On Thu, Nov 7, 2013 at 8:39 PM, <[email protected]> wrote:
> Updated Branches:
> refs/heads/ACCUMULO-1833-caching [created] 3b6eade61
>
>
> ACCUMULO-1833 Rework the getBatchWriter method on MTBW to remove
> zookeeper lock contention and get better concurrent throughput.
>
>
> Project: http://git-wip-us.apache.org/repos/asf/accumulo/repo
> Commit: http://git-wip-us.apache.org/repos/asf/accumulo/commit/cba87980
> Tree: http://git-wip-us.apache.org/repos/asf/accumulo/tree/cba87980
> Diff: http://git-wip-us.apache.org/repos/asf/accumulo/diff/cba87980
>
> Branch: refs/heads/ACCUMULO-1833-caching
> Commit: cba87980cbd731338c58f05734ebb3d3e683b440
> Parents: 060188a
> Author: Josh Elser <[email protected]>
> Authored: Thu Nov 7 16:49:41 2013 -0500
> Committer: Josh Elser <[email protected]>
> Committed: Thu Nov 7 16:49:41 2013 -0500
>
> ----------------------------------------------------------------------
> core/pom.xml | 4 +
> .../apache/accumulo/core/client/Connector.java | 44 ++++++-
> .../core/client/impl/ConnectorImpl.java | 12 ++
> .../client/impl/MultiTableBatchWriterImpl.java | 116 ++++++++++++++-----
> .../core/client/mock/MockConnector.java | 11 ++
> 5 files changed, 159 insertions(+), 28 deletions(-)
> ----------------------------------------------------------------------
>
>
> http://git-wip-us.apache.org/repos/asf/accumulo/blob/cba87980/core/pom.xml
> ----------------------------------------------------------------------
> diff --git a/core/pom.xml b/core/pom.xml
> index f7539f5..d02a3cd 100644
> --- a/core/pom.xml
> +++ b/core/pom.xml
> @@ -30,6 +30,10 @@
> <artifactId>jcommander</artifactId>
> </dependency>
> <dependency>
> + <groupId>com.google.guava</groupId>
> + <artifactId>guava</artifactId>
> + </dependency>
> + <dependency>
> <groupId>jline</groupId>
> <artifactId>jline</artifactId>
> </dependency>
>
>
> http://git-wip-us.apache.org/repos/asf/accumulo/blob/cba87980/core/src/main/java/org/apache/accumulo/core/client/Connector.java
> ----------------------------------------------------------------------
> diff --git
> a/core/src/main/java/org/apache/accumulo/core/client/Connector.java
> b/core/src/main/java/org/apache/accumulo/core/client/Connector.java
> index d2e7321..68dc881 100644
> --- a/core/src/main/java/org/apache/accumulo/core/client/Connector.java
> +++ b/core/src/main/java/org/apache/accumulo/core/client/Connector.java
> @@ -16,6 +16,8 @@
> */
> package org.apache.accumulo.core.client;
>
> +import java.util.concurrent.TimeUnit;
> +
> import org.apache.accumulo.core.client.admin.InstanceOperations;
> import org.apache.accumulo.core.client.admin.SecurityOperations;
> import org.apache.accumulo.core.client.admin.TableOperations;
> @@ -146,8 +148,32 @@ public abstract class Connector {
> public abstract MultiTableBatchWriter createMultiTableBatchWriter(long
> maxMemory, long maxLatency, int maxWriteThreads);
>
> /**
> + * Factory method to create a Multi-Table BatchWriter connected to
> Accumulo.

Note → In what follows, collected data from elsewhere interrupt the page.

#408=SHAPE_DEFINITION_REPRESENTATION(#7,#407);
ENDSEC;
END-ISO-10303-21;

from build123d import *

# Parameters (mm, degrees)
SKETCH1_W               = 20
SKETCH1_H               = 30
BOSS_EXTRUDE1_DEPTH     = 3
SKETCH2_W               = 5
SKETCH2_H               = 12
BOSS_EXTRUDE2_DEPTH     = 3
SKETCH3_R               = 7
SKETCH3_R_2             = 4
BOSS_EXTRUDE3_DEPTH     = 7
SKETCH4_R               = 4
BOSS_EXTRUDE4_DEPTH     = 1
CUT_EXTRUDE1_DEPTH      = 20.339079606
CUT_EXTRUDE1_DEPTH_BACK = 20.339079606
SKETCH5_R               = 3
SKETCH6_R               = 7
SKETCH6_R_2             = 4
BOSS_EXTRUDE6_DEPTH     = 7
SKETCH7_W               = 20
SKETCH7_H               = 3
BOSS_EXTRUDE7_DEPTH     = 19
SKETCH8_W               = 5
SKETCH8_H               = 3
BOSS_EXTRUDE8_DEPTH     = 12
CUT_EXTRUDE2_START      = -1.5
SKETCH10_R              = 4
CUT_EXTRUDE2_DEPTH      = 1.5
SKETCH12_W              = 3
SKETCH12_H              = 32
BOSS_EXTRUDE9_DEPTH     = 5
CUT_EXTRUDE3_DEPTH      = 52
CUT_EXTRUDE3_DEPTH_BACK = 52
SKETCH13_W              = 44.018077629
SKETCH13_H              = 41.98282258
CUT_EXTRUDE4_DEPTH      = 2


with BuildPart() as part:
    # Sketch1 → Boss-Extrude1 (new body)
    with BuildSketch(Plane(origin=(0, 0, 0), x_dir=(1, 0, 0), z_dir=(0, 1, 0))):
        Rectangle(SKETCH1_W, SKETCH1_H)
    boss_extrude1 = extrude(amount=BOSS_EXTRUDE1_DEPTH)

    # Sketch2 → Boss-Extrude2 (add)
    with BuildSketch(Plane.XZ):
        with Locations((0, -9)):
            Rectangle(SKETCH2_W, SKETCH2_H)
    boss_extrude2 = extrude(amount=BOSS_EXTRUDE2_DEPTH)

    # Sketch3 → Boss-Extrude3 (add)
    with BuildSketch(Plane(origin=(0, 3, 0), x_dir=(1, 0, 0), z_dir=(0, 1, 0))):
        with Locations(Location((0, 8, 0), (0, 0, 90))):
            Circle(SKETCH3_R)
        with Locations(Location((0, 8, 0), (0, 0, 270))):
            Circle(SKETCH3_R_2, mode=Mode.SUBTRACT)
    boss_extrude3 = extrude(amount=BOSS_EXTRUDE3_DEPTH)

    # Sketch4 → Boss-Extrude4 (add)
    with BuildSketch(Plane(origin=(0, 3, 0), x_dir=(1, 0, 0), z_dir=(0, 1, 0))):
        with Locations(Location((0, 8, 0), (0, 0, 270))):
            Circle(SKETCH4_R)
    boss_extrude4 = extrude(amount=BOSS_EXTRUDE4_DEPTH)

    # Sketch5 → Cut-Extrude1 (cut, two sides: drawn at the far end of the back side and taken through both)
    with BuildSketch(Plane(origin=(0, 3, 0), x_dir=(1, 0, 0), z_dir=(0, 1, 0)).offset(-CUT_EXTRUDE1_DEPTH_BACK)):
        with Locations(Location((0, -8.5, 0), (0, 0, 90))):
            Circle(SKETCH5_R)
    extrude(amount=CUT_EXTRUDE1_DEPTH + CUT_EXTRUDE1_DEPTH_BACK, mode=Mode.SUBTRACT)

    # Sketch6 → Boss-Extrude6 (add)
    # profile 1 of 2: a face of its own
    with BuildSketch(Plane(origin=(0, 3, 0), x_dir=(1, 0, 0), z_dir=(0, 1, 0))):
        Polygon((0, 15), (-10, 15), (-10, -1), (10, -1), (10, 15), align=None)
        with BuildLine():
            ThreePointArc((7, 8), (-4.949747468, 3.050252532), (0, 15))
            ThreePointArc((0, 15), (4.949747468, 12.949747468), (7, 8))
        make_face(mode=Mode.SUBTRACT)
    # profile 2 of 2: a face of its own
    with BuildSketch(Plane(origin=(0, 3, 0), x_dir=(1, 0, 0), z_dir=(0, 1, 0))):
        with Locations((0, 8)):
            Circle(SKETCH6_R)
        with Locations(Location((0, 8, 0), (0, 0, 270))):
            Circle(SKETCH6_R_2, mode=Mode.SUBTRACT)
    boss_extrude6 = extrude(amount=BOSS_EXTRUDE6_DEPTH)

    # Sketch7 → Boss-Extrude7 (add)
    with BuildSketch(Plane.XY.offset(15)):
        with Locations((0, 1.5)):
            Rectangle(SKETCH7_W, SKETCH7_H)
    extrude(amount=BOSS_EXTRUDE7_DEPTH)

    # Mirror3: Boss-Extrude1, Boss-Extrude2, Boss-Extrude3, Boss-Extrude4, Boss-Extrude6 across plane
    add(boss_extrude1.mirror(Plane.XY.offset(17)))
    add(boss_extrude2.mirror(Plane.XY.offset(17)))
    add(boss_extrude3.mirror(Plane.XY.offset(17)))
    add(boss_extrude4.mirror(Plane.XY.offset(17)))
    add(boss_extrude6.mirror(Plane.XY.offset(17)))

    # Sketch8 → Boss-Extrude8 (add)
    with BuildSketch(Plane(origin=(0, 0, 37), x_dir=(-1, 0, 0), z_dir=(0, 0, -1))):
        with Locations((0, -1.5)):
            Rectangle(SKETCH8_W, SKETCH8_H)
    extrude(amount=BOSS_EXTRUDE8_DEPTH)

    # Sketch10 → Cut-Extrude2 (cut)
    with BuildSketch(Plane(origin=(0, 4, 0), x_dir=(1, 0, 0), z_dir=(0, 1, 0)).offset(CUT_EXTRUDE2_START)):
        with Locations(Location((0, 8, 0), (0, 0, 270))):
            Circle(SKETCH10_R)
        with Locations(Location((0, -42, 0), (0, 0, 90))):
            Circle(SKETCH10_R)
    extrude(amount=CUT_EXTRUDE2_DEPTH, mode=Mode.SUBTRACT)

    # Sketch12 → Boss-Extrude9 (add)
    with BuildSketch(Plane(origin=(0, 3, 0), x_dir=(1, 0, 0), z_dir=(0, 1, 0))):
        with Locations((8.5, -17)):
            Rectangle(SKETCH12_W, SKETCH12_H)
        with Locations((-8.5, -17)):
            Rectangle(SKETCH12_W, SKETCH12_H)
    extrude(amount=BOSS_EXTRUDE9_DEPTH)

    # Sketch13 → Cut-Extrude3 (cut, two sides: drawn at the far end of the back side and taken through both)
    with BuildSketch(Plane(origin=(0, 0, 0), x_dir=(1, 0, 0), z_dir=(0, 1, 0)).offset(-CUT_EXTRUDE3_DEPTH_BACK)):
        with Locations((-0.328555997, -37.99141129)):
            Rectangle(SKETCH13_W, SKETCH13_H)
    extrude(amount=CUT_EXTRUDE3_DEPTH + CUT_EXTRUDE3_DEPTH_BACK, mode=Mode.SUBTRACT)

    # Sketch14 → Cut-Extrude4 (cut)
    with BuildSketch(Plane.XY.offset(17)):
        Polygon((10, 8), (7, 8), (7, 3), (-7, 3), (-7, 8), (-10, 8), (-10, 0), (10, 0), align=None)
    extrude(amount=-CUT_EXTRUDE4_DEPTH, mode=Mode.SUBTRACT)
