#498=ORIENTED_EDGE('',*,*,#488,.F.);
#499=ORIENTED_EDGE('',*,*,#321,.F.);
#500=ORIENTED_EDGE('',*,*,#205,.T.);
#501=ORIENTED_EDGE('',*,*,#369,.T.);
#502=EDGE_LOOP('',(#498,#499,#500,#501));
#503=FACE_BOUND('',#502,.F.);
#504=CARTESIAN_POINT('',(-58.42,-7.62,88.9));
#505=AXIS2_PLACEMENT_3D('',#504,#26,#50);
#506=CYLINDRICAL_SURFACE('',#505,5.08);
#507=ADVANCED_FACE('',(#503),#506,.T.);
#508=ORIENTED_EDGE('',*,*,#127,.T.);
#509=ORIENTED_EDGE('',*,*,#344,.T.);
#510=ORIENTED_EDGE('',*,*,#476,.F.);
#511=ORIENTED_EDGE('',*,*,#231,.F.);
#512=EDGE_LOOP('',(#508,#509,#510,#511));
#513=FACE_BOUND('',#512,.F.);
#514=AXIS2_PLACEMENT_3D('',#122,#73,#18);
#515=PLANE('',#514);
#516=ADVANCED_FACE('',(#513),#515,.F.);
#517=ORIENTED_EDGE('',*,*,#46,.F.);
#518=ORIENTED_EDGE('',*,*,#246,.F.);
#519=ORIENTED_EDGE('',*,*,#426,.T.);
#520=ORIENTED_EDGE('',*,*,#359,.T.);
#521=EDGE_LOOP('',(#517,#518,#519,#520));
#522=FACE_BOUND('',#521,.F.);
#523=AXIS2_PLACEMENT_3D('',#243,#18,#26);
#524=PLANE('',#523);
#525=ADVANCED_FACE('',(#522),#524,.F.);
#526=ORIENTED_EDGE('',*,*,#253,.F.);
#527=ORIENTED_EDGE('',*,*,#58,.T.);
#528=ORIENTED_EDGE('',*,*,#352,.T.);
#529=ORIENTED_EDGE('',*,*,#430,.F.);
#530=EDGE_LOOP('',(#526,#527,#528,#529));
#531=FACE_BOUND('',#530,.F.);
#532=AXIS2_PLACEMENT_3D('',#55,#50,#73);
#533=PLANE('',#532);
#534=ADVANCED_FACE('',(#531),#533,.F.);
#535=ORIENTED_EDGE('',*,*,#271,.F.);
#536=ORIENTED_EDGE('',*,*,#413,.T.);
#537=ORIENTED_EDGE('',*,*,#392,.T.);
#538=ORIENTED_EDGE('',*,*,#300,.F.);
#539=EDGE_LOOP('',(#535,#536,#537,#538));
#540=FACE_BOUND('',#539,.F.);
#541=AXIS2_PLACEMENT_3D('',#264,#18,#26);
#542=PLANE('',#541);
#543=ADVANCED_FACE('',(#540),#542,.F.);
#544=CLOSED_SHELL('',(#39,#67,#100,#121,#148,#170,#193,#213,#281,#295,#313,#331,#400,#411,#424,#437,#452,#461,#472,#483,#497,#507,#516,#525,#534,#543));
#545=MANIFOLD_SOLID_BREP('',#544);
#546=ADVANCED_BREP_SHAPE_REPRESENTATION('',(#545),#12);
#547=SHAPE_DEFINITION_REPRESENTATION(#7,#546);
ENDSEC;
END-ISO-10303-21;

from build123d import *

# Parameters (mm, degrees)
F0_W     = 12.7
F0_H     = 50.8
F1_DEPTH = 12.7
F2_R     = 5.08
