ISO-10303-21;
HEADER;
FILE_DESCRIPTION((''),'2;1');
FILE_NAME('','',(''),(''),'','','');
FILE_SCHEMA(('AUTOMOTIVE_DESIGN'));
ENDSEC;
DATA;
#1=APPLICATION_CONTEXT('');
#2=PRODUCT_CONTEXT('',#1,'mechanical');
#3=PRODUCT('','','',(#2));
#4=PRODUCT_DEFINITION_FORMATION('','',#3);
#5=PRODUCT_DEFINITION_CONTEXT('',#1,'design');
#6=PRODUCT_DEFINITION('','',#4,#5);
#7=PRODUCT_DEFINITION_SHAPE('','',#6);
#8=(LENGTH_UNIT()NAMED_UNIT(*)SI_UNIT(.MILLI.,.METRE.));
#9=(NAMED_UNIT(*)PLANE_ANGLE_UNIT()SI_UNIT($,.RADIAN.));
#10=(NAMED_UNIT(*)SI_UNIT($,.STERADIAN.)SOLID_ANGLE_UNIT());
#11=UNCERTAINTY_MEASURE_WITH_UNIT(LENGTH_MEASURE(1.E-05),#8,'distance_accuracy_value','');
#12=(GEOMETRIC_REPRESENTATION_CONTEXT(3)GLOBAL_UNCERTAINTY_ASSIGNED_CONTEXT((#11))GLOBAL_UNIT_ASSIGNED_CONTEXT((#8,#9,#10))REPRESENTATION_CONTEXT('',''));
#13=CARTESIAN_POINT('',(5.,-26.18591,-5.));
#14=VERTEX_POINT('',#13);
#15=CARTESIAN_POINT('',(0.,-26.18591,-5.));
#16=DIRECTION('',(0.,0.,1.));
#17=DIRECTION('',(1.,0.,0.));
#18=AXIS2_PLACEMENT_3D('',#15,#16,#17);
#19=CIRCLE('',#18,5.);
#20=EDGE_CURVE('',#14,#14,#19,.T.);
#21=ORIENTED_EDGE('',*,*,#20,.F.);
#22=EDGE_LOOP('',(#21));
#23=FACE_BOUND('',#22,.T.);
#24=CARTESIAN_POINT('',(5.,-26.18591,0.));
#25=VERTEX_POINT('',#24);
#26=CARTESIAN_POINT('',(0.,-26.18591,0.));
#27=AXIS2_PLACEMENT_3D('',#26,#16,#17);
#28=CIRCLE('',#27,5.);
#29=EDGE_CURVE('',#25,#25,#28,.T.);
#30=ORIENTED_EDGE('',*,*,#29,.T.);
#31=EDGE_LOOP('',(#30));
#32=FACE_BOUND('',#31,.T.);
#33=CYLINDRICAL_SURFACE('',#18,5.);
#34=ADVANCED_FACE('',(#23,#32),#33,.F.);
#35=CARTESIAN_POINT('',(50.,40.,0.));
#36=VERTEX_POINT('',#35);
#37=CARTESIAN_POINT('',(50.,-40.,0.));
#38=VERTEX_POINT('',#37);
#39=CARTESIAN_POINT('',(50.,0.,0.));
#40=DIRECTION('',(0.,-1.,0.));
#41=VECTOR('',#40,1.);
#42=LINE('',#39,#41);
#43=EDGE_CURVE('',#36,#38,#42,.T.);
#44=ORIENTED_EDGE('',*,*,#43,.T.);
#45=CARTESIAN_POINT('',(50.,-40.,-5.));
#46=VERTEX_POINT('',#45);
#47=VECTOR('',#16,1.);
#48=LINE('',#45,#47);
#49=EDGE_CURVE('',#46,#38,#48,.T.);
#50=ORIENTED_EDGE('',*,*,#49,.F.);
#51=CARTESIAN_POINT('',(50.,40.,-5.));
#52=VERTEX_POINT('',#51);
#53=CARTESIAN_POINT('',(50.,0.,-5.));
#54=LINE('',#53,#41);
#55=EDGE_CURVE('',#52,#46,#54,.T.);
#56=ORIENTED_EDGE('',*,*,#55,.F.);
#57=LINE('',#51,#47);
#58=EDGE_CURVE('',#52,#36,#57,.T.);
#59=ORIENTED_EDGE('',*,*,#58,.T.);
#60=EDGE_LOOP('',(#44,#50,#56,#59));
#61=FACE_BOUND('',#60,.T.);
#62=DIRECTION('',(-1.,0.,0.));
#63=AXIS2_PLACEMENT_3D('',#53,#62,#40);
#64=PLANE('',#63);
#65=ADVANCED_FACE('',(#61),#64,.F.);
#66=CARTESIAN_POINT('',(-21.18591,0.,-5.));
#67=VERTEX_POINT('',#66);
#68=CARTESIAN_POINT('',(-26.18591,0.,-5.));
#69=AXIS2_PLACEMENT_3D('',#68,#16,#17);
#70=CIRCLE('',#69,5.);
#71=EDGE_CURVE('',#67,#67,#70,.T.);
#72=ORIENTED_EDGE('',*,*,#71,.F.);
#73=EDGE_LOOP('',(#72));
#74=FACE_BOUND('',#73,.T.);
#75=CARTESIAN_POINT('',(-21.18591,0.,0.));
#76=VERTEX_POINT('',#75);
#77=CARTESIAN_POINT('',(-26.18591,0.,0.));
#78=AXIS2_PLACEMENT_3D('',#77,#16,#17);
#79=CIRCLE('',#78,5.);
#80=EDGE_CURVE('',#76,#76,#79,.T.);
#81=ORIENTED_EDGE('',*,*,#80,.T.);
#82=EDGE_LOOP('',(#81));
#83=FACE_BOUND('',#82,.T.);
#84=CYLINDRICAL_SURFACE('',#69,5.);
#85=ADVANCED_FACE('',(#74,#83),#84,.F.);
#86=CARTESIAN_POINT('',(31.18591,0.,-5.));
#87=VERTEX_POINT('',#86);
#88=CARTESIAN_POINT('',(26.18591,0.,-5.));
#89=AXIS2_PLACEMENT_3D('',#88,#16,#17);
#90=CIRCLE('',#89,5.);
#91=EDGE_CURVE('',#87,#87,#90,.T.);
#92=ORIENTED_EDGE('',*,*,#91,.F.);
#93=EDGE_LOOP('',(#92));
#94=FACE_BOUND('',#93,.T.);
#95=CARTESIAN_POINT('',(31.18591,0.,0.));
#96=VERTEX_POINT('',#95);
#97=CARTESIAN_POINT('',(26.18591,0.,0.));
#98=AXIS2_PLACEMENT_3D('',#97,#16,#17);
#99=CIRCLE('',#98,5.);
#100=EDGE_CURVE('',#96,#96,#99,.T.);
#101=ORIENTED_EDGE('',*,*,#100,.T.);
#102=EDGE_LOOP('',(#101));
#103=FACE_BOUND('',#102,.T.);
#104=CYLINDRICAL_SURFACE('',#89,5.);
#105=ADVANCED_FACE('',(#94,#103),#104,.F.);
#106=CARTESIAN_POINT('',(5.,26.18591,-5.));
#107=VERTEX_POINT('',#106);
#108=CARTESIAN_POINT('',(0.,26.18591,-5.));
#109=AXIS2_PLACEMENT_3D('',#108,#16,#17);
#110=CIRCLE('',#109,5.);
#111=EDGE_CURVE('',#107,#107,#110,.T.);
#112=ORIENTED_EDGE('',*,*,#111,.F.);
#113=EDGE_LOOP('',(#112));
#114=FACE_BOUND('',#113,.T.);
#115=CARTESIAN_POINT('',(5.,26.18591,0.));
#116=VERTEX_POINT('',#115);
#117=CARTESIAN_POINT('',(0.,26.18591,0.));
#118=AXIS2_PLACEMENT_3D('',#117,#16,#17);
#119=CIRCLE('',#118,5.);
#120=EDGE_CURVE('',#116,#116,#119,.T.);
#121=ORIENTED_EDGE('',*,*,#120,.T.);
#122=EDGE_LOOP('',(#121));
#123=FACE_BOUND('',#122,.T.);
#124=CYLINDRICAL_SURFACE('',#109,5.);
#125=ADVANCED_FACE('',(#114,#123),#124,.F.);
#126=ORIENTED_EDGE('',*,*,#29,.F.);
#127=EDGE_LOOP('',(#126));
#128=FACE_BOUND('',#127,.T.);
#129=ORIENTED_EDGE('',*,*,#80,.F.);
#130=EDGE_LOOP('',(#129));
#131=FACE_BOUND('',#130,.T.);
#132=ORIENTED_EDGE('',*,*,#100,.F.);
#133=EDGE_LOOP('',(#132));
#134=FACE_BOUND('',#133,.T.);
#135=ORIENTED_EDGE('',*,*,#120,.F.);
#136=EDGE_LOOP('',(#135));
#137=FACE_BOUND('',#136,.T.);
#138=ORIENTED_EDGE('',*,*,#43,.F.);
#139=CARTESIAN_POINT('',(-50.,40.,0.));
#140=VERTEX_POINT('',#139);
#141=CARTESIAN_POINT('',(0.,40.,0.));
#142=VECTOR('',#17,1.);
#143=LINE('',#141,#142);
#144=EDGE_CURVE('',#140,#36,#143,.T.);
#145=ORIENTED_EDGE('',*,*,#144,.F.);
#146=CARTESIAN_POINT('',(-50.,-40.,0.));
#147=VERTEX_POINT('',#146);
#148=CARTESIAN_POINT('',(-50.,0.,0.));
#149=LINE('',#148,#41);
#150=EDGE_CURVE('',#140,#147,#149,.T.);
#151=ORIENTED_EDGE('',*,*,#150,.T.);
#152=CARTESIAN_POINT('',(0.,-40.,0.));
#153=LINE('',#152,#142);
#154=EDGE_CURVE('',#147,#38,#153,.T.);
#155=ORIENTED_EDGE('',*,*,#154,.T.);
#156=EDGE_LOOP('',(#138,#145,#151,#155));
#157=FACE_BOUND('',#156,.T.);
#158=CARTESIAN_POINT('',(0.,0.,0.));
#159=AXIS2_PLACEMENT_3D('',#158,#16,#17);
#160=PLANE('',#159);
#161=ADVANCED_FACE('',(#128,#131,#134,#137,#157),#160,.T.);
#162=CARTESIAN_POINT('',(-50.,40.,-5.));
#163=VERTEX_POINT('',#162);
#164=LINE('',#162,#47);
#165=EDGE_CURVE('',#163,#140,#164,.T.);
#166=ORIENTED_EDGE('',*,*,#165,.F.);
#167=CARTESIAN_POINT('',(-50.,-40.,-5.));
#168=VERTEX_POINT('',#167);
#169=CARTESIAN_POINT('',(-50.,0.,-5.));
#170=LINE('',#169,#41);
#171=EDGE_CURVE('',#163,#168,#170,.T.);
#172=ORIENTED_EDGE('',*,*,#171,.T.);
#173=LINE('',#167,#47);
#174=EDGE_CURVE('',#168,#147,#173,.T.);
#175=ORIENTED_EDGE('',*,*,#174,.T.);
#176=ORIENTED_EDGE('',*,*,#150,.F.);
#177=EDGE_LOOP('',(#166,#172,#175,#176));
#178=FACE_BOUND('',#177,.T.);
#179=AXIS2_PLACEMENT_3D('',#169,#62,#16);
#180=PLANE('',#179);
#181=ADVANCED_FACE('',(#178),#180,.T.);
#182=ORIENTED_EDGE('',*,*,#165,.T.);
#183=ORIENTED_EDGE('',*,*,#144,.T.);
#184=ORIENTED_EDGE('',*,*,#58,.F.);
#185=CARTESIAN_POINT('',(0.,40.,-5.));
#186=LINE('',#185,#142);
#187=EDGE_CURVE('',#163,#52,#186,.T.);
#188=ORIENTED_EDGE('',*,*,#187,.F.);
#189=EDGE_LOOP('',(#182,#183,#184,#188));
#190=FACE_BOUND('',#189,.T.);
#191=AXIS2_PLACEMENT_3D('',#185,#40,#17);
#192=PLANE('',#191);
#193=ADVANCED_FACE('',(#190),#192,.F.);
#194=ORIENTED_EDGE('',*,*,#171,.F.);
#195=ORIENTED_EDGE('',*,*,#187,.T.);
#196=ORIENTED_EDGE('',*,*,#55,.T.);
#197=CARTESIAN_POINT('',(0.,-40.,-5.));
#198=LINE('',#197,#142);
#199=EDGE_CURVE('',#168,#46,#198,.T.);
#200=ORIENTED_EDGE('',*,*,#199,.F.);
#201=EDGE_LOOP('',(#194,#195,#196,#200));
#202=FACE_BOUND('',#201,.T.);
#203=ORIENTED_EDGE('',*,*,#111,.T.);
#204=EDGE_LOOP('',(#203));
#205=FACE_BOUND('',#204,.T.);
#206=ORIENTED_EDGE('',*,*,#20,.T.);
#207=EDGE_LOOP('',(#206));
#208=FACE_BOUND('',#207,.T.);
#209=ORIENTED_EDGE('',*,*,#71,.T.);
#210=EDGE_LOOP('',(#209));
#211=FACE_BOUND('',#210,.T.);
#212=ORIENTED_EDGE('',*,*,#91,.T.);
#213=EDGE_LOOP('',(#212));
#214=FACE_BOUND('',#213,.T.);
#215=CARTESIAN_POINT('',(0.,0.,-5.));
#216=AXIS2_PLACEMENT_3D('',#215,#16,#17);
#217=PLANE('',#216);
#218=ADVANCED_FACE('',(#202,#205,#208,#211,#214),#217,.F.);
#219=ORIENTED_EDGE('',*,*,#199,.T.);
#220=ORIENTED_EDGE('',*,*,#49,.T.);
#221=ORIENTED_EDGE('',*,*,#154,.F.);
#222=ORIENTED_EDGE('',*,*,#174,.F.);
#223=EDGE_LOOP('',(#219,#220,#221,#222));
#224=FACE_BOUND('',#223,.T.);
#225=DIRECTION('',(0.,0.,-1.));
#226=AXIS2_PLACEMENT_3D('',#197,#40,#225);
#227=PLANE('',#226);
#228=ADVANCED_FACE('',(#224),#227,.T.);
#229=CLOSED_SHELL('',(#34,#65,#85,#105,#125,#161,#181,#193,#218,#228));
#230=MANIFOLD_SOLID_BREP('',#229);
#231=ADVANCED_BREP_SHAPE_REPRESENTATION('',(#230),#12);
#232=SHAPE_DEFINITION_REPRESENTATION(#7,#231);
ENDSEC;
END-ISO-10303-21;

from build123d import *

# Parameters (mm, degrees)
SKETCH1_W           = 100
SKETCH1_H           = 80
SKETCH1_R           = 5
BOSS_EXTRUDE3_DEPTH = 5


with BuildPart() as part:
    # Sketch1 → Boss-Extrude3 (new body)
    with BuildSketch(Plane.XY):
        Rectangle(SKETCH1_W, SKETCH1_H)
        with Locations((-26.18590973, 0)):
            Circle(SKETCH1_R, mode=Mode.SUBTRACT)
        with Locations((0, 26.18590973)):
            Circle(SKETCH1_R, mode=Mode.SUBTRACT)
        with Locations((26.18590973, 0)):
            Circle(SKETCH1_R, mode=Mode.SUBTRACT)
        with Locations((0, -26.18590973)):
            Circle(SKETCH1_R, mode=Mode.SUBTRACT)
    extrude(amount=-BOSS_EXTRUDE3_DEPTH)


solid = part.part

Multi-table batch writers can queue data for multiple tables,
> which is good for
> + * ingesting data into multiple tables from the same source. Caching of
> ZooKeeper table information defaults to {@link
> MultiTableBatchWriterImpl#DEFAULT_CACHE_TIME}
> + * and {@link MultiTableBatchWriterImpl#DEFAULT_CACHE_TIME_UNIT}
> + *
> + * @param maxMemory
> + * size in bytes of the maximum memory to batch before writing
> + * @param maxLatency
> + * size in milliseconds; set to 0 or Long.MAX_VALUE to allow
> the maximum time to hold a batch before writing
> + * @param maxWriteThreads
> + * the maximum number of threads to use for writing data to
> the tablet servers
> + * @param cacheTime
> + * Duration of time to cache ZooKeeper table information
> + * @param cacheTimeUnit
> + * Unit of time to apply to {@link cacheTime}
> + *
> + * @return MultiTableBatchWriter object for configuring and writing
> data to
> + * @deprecated since 1.5.0; Use {@link
> #createMultiTableBatchWriter(BatchWriterConfig)} instead.
> + * @since 1.5.1
> + */
> + @Deprecated
> + public abstract MultiTableBatchWriter createMultiTableBatchWriter(long
> maxMemory, long maxLatency, int maxWriteThreads, long cacheTime, TimeUnit
> cacheTimeUnit);
>
I don't think this change needs to impact that API. I suspect just adding
a cache w/ a really short timeout (like 50ms to 100ms) will give the
performance benefit we are looking for. Also making API changes in a bug
fix release means its possible to write something for 1.5.1 that will not
work w/ 1.5.0
> +
> + /**
> * Factory method to create a Multi-Table BatchWriter connected to
> Accumulo. Multi-table batch writers can queue data for multiple tables.
> Also data for
> - * multiple tables can be sent to a server in a single batch. Its an
> efficient way to ingest data into multiple tables from a single process.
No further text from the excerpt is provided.